When Kulkarni applies her liner, she first starts at the top and applies the liner in little dashes. These quick, small motions help keep her line precise instead of risking a mistake by doing a single motion.

She then separately draws out the wing in the corner of her eye. The angle of the wing, as Kulkarni describes, should be from the outer edge of the eye up to the outer edge of the eyebrow. She then checks to make sure the wings are symmetrical.

After drawing the wing and the top line, Kulkarni will then connect the line from the top of her eye to the inner corner of the wing line to finish off this eyeliner technique.

Nikita’s tip: “(The length of the wing) depends on how dramatic you want your look to be. I would say keep it pretty small for the daytime, but if you’re going out, by all means go full-on Amy Winehouse with it.”

Smear guard

A lot of times you create this perfect winged look, and then two hours later you find it’s disappeared or smudged. To counter this, Kulkarni stresses the importance of using waterproof eyeliner to resist this rubbing off. Her go-to product is Stila’s “Stay All Day Waterproof Liquid Eye Liner.”

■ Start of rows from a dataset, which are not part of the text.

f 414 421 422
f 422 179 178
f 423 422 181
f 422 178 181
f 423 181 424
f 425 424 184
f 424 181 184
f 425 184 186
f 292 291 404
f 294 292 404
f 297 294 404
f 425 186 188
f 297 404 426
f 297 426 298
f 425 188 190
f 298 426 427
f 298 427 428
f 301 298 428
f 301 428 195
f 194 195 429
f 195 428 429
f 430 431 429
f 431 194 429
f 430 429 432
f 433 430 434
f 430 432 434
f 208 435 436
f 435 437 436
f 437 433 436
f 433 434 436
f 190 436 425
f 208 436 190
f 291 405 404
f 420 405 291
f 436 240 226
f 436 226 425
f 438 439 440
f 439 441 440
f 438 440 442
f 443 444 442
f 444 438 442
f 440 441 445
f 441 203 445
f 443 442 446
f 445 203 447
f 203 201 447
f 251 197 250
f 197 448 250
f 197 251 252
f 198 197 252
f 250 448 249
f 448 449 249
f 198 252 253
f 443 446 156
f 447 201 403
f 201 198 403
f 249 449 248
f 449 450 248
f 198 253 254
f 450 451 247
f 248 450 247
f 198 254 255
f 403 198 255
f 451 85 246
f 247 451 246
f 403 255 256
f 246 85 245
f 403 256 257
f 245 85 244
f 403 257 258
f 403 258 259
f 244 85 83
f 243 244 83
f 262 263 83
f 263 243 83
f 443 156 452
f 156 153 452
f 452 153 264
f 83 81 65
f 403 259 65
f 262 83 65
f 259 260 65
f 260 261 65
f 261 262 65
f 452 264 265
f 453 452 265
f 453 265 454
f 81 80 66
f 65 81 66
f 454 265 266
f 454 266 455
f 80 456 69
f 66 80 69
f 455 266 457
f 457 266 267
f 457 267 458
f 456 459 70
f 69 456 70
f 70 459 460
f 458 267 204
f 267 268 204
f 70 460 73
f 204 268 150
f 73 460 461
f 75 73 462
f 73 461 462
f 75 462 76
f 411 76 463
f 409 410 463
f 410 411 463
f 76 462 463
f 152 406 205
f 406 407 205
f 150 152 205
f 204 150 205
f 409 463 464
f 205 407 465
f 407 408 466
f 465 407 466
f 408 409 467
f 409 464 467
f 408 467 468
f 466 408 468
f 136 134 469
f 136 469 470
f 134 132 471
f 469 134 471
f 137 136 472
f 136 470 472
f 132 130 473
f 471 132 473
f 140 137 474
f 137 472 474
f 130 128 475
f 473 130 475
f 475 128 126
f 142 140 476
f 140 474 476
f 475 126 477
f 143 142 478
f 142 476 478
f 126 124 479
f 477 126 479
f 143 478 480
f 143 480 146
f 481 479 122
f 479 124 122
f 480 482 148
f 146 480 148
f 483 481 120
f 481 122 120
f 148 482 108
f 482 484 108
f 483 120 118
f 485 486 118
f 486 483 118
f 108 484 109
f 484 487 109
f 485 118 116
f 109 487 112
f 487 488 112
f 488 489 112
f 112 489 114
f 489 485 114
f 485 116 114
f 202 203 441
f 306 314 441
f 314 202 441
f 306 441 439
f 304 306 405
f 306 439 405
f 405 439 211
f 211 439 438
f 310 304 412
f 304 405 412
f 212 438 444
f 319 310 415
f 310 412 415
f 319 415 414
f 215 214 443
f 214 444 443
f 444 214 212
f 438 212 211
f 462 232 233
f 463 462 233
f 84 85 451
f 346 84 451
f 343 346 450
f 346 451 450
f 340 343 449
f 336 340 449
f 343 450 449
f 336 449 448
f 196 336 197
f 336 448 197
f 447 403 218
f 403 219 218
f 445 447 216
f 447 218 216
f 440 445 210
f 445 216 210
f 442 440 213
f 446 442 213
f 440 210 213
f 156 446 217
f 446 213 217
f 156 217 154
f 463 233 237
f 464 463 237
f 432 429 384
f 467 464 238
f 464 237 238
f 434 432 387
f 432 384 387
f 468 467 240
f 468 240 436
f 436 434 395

Nikita’s tip: “Another thing to make it last longer is you could put a primer underneath the liquid (liner) and then go over it with a powder, or you could do a pencil and then go over it with a liquid (liner).”

Add intensity

After drawing winged eyeliner on the top of the eyes, you could just stop there, but Kulkarni also says adding black liner to the waterline intensifies the overall look. However, be careful when adding this bottom liner during the daytime, as it could appear overdramatic.

If you want added color to the bottom without having your makeup look too heavy, Kulkarni recommends applying a peach or brown eyeliner on the waterline.